In an effort for searching simple analytical and/or semi-preparative methods to increase the specificity of whole Fasciola ESAs, in this study we investigate the usefulness of HAC to fractionate these antigens. The main strategy was to obtain a L-cathepsin rich fraction devoid of most non-specific antigens, as well as other contaminants like heme aggregates, either free or bonded to the heme-binding protein FhHDM-1/MF6p, which may be present in relevant amounts in the Fasciola ESAs preparations9,10.
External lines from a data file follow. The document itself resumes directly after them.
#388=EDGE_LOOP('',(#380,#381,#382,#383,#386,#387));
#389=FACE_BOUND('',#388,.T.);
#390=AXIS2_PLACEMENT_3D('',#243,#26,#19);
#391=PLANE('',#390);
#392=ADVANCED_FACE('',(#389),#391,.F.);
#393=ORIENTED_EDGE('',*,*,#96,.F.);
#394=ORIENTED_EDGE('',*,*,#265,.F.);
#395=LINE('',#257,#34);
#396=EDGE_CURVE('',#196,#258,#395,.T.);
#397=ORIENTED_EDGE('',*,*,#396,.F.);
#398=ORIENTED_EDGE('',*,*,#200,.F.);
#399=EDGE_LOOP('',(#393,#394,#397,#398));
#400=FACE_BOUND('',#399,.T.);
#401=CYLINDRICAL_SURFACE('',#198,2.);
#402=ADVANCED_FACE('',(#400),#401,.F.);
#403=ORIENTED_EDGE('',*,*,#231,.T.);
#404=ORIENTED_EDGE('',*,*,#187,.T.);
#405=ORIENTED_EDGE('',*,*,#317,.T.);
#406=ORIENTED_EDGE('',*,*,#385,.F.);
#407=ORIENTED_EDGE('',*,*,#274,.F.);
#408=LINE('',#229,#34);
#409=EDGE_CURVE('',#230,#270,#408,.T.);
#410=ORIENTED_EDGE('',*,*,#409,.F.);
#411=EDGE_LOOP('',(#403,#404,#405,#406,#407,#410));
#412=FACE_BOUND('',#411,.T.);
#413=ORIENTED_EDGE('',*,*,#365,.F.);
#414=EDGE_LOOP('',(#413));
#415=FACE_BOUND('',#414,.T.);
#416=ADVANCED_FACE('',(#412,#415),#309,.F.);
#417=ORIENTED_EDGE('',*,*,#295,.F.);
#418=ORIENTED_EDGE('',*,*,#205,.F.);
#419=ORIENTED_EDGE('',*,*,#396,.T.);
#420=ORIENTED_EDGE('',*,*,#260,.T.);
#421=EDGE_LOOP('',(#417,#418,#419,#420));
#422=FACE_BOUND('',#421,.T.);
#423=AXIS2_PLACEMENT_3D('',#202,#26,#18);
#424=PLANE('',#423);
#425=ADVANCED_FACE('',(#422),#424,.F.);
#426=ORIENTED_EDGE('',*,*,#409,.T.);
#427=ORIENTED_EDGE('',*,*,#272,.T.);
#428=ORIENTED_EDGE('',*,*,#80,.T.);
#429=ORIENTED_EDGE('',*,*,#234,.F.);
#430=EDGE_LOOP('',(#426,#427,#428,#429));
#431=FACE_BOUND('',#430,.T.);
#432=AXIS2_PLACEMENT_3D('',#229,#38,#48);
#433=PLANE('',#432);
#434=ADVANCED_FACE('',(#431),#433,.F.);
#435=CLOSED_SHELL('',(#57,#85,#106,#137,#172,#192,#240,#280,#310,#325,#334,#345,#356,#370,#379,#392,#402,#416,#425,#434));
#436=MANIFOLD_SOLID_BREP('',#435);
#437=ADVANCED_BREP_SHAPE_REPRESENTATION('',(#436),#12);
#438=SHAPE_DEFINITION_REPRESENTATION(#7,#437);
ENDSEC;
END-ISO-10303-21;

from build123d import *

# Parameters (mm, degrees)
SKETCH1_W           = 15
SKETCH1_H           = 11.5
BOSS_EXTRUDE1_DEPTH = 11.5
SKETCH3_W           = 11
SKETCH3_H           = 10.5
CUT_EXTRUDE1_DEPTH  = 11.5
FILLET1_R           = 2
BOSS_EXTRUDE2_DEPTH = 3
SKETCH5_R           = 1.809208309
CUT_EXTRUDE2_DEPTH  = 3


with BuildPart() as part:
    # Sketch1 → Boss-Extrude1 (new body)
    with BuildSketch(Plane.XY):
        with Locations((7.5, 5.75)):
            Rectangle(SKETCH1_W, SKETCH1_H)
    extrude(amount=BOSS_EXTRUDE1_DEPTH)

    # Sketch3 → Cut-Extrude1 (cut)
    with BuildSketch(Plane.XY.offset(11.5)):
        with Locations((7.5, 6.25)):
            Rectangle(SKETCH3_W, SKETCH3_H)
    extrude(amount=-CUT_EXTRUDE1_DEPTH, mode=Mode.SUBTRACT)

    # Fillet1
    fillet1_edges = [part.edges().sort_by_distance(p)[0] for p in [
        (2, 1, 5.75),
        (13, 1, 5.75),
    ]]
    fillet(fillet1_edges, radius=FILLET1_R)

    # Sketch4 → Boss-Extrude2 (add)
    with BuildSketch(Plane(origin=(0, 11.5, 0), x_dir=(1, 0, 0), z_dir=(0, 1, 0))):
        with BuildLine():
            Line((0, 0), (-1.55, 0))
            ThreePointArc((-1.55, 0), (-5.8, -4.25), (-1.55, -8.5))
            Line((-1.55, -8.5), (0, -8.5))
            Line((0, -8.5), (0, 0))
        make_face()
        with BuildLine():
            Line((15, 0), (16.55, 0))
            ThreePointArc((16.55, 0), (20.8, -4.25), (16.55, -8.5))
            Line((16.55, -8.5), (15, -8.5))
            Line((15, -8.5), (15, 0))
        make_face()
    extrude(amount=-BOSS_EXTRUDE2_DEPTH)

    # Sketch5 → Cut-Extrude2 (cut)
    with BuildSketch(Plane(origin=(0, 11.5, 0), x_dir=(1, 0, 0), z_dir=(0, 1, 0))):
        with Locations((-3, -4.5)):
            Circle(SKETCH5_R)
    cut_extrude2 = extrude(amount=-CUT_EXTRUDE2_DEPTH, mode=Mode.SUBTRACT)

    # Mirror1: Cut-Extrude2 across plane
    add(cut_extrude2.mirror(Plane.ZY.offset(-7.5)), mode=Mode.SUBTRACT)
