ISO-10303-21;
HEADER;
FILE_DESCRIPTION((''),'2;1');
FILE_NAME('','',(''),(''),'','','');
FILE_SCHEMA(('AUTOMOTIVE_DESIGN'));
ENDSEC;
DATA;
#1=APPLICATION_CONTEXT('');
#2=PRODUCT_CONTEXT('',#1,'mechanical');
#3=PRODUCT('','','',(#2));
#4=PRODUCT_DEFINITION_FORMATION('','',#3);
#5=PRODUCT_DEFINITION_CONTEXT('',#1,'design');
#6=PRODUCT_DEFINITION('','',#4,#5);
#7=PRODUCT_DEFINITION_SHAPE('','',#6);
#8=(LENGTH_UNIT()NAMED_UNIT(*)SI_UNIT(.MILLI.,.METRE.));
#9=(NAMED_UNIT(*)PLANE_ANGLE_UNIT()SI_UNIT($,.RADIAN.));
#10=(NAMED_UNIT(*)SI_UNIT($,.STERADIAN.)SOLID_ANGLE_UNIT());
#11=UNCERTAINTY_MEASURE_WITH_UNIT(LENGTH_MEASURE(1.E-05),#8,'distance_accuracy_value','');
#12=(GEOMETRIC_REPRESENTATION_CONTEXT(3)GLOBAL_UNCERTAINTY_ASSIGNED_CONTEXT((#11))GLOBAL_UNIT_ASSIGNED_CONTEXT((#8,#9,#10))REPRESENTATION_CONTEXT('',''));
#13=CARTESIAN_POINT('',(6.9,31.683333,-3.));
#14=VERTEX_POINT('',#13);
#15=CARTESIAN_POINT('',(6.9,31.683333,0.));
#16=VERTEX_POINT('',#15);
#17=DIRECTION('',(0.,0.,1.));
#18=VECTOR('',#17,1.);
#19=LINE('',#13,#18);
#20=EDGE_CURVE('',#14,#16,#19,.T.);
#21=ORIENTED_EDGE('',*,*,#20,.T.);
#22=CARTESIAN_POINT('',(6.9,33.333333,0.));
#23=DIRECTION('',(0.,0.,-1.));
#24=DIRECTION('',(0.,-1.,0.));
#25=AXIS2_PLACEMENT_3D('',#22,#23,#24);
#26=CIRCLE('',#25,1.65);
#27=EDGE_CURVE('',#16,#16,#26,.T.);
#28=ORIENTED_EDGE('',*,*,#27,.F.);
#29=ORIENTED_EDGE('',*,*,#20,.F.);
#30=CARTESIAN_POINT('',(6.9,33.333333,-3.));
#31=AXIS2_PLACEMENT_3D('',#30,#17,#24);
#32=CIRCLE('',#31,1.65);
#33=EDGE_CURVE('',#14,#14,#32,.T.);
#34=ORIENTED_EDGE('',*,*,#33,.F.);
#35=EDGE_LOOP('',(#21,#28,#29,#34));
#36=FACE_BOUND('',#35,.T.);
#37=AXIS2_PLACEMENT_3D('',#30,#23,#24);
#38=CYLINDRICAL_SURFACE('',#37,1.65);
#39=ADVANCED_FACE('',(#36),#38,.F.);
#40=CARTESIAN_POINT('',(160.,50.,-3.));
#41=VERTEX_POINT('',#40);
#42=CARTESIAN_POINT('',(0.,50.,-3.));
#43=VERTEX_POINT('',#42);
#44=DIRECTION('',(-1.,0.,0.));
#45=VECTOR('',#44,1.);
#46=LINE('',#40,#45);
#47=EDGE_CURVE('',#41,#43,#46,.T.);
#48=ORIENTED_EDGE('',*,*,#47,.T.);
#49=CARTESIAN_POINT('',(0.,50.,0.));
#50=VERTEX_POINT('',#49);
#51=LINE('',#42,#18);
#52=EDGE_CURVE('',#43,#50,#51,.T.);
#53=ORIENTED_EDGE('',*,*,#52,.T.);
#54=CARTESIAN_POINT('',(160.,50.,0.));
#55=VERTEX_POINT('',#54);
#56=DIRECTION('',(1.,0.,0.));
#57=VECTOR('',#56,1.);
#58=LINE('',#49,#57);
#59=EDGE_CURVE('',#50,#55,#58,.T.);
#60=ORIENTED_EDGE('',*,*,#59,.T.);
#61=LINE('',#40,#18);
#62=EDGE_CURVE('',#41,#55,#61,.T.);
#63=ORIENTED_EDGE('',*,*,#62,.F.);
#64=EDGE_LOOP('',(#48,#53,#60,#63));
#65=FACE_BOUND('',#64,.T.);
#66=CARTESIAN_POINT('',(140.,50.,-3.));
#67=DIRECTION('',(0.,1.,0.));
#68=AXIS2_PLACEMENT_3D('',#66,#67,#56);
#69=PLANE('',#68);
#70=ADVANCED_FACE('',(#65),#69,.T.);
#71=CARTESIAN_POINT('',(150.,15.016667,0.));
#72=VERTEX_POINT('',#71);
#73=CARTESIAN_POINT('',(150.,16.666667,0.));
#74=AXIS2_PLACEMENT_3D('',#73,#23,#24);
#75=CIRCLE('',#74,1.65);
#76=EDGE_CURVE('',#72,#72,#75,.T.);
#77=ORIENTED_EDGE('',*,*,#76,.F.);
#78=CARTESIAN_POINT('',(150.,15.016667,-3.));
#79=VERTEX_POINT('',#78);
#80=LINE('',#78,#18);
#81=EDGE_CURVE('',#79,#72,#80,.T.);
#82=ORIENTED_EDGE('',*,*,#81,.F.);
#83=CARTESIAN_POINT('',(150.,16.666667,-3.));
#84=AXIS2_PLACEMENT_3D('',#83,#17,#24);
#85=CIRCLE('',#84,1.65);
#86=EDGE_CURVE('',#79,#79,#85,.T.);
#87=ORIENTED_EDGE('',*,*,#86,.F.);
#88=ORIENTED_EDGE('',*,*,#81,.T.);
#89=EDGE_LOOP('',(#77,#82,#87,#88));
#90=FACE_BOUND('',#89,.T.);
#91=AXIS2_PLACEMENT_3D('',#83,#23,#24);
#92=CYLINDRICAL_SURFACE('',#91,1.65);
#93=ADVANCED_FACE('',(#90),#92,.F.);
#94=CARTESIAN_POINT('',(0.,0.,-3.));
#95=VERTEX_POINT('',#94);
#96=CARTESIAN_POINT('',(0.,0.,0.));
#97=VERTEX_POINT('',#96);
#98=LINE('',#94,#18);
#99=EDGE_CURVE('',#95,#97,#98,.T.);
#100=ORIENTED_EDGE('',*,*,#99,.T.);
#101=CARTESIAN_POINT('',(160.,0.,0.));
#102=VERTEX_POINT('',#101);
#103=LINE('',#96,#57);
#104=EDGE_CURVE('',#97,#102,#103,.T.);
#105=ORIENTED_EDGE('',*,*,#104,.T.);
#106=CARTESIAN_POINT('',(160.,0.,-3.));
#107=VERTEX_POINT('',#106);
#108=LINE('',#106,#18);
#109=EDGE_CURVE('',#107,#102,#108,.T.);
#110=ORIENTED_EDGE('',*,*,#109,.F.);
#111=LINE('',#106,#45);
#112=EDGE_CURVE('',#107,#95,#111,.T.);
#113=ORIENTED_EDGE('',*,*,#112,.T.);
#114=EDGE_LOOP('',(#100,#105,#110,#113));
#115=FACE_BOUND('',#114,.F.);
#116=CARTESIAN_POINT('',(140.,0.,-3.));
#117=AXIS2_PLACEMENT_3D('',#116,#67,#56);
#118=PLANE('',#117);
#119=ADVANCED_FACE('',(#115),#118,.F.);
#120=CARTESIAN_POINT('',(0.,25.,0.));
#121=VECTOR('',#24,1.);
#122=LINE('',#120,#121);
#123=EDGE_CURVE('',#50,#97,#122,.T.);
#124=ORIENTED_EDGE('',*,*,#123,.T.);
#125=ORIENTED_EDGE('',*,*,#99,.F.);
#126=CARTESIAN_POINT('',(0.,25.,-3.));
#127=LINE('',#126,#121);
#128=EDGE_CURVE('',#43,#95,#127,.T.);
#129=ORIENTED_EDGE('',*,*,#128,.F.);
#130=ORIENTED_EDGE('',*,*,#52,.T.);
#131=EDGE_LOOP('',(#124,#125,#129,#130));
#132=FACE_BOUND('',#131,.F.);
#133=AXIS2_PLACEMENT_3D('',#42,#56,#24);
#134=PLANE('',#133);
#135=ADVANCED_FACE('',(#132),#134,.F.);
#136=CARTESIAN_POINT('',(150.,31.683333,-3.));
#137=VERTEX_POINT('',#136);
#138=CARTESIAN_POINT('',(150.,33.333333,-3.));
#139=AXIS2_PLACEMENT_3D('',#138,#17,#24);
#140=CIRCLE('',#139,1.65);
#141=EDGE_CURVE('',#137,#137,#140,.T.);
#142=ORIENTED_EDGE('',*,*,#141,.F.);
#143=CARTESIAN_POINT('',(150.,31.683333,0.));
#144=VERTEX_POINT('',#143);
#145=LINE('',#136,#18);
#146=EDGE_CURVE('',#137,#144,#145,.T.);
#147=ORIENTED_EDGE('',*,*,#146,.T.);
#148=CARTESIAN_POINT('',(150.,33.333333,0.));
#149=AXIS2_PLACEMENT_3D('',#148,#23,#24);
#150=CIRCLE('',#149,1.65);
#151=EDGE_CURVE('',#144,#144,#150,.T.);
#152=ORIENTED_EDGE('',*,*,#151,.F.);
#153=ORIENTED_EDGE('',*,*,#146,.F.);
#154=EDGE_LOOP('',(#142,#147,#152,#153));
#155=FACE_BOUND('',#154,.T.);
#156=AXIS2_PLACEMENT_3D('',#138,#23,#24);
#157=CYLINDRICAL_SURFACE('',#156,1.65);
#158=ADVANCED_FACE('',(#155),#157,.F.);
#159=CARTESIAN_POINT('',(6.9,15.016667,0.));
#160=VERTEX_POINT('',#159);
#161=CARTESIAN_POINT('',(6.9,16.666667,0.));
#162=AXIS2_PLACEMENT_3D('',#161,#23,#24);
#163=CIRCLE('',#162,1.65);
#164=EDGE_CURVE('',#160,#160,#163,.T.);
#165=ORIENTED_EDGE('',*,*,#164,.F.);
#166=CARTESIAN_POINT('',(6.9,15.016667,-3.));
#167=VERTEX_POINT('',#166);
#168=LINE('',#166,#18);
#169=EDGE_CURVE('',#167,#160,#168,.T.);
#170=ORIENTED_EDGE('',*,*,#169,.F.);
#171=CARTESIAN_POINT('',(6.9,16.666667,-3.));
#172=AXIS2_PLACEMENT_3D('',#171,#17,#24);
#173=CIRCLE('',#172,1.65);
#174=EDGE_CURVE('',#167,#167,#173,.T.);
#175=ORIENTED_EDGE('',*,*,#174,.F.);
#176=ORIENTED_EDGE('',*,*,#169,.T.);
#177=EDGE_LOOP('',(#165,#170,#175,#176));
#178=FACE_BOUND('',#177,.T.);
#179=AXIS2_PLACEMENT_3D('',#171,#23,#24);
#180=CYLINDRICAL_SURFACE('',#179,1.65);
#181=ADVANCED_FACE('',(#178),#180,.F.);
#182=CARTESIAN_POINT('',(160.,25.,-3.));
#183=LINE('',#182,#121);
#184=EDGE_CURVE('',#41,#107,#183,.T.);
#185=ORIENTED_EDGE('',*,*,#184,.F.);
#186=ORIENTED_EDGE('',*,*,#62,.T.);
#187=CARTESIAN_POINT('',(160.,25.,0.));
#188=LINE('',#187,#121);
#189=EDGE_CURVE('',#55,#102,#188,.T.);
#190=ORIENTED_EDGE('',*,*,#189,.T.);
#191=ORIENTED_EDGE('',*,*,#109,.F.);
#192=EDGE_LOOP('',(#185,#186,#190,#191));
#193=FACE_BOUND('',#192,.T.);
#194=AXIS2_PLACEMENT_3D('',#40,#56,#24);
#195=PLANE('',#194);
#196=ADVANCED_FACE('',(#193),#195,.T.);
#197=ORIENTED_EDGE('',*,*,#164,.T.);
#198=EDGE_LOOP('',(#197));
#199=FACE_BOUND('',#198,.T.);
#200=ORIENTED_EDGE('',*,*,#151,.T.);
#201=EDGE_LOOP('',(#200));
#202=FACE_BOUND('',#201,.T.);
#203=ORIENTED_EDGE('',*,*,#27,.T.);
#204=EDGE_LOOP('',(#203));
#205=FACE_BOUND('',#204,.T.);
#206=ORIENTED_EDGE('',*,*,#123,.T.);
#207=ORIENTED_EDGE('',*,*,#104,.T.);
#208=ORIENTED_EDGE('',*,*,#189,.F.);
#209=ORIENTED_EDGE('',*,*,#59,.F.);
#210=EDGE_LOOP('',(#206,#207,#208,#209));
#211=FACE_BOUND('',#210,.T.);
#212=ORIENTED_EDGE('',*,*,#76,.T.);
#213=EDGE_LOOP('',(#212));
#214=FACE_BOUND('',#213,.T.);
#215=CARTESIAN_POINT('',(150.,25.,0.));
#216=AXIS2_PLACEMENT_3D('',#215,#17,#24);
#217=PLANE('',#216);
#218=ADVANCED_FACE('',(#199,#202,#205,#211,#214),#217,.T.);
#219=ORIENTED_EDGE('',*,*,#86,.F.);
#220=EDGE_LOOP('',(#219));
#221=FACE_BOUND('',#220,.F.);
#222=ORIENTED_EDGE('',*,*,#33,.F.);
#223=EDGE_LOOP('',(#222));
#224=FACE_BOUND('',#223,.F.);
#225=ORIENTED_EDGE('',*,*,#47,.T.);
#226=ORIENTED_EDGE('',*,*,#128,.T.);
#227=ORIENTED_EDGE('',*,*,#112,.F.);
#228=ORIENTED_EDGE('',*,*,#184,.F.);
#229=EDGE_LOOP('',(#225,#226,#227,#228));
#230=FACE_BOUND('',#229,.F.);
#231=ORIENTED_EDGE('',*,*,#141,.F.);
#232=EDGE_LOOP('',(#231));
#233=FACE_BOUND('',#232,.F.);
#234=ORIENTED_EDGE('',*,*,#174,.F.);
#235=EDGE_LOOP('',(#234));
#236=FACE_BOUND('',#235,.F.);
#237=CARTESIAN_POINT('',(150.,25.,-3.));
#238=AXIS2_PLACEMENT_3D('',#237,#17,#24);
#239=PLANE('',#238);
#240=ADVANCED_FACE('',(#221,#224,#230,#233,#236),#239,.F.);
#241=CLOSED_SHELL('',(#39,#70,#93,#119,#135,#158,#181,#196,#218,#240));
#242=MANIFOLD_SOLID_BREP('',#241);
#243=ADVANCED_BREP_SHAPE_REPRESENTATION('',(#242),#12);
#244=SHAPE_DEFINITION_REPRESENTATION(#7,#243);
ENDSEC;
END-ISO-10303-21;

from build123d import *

# Parameters (mm, degrees)
SKETCH001_W           = 50
SKETCH001_H           = 16.9
PAD_DEPTH             = 3
SKETCH002_W           = 50
SKETCH002_H           = 50
PAD001_DEPTH          = 3
SKETCH003_W           = 50
SKETCH003_H           = 20
PAD002_DEPTH          = 3
SKETCH004_W           = 50
SKETCH004_H           = 53.1
PAD003_DEPTH          = 3
SKETCH005_W           = 50
SKETCH005_H           = 20
PAD004_DEPTH          = 3
SKETCH006_R           = 1.65
POCKET_DEPTH          = 3.001
SKETCH_R              = 1.65
POCKET001_DEPTH       = 0.001
POCKET001_DEPTH_BACK  = 3.001
CLONE_PLACEMENT_ANGLE = 90


with BuildPart() as part:
    # Sketch001 → Pad (new body)
    with BuildSketch(Plane.XY):
        with Locations((25, 8.45)):
            Rectangle(SKETCH001_W, SKETCH001_H)
    extrude(amount=PAD_DEPTH)

    # Sketch002 → Pad001 (join)
    with BuildSketch(Plane(origin=(0, 16.9, 0), x_dir=(1, 0, 0), z_dir=(0, 0, 1))):
        with Locations((25, 25)):
            Rectangle(SKETCH002_W, SKETCH002_H)
    extrude(amount=PAD001_DEPTH)

    # Sketch003 → Pad002 (join)
    with BuildSketch(Plane(origin=(0, 66.9, 0), x_dir=(1, 0, 0), z_dir=(0, 0, 1))):
        with Locations((25, 10)):
            Rectangle(SKETCH003_W, SKETCH003_H)
    extrude(amount=PAD002_DEPTH)

    # Sketch004 → Pad003 (join)
    with BuildSketch(Plane(origin=(0, 86.9, 0), x_dir=(1, 0, 0), z_dir=(0, 0, 1))):
        with Locations((25, 26.55)):
            Rectangle(SKETCH004_W, SKETCH004_H)
    extrude(amount=PAD003_DEPTH)

    # Sketch005 → Pad004 (join)
    with BuildSketch(Plane(origin=(0, 140, 0), x_dir=(1, 0, 0), z_dir=(0, 0, 1))):
        with Locations((25, 10)):
            Rectangle(SKETCH005_W, SKETCH005_H)
    extrude(amount=PAD004_DEPTH)

    # Sketch006 → Pocket (cut, through all)
    with BuildSketch(Plane.XY):
        with Locations((16.666667, 6.9)):
            Circle(SKETCH006_R)
        with Locations((33.333333, 6.9)):
            Circle(SKETCH006_R)
    extrude(amount=POCKET_DEPTH, mode=Mode.SUBTRACT)

    # Sketch → Pocket001 (cut, two sides)
    with BuildSketch(Plane(origin=(0, 140, 0), x_dir=(1, 0, 0), z_dir=(0, 0, 1))) as pocket001_sk:
        with Locations((16.666667, 10)):
            Circle(SKETCH_R)
        with Locations((33.333333, 10)):
            Circle(SKETCH_R)
    extrude(amount=-POCKET001_DEPTH, mode=Mode.SUBTRACT)
    extrude(pocket001_sk.sketch, amount=POCKET001_DEPTH_BACK, mode=Mode.SUBTRACT)


with BuildPart() as part_1:
    # Clone placement: moved
    add(part.part.moved(Location((0, 50, -3))).rotate(Axis((0, 50, -3), (0, 0, -1)), CLONE_PLACEMENT_ANGLE))


solid = part_1.part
HAC is broadly used in preparative biochemistry in the purification of monoclonal antibodies, proteins, and nucleic acids33,34. The main functional groups of HA are positively charged calcium pairs (C-sites) and negatively charged oxygen atoms associated with phosphate triplets (P-sites)33. HA columns are operated near to neutral pH, typically at the pH range of 6–6.8, a condition at which the column can be regarded as negatively charged and the particles are relatively stable35. To our knowledge, HAC was never used to purify L-cathepsins either from Fasciola or from other sources. However, HAC was previously used to partially purify human cathepsin H from human liver36. In this case, the sample to be purified was applied to the HA column in 20 mM phosphate buffer, pH 6.0, and then eluted with an increasing gradient of the same buffer (150 mM final concentration). In contrast, in our study we used HAC for the negative selection of Fasciola L-cathepsins contained in ESAs using PBS at pH 7.2, i.e., the same buffer previously used to dialyse Fasciola ESAs before storage.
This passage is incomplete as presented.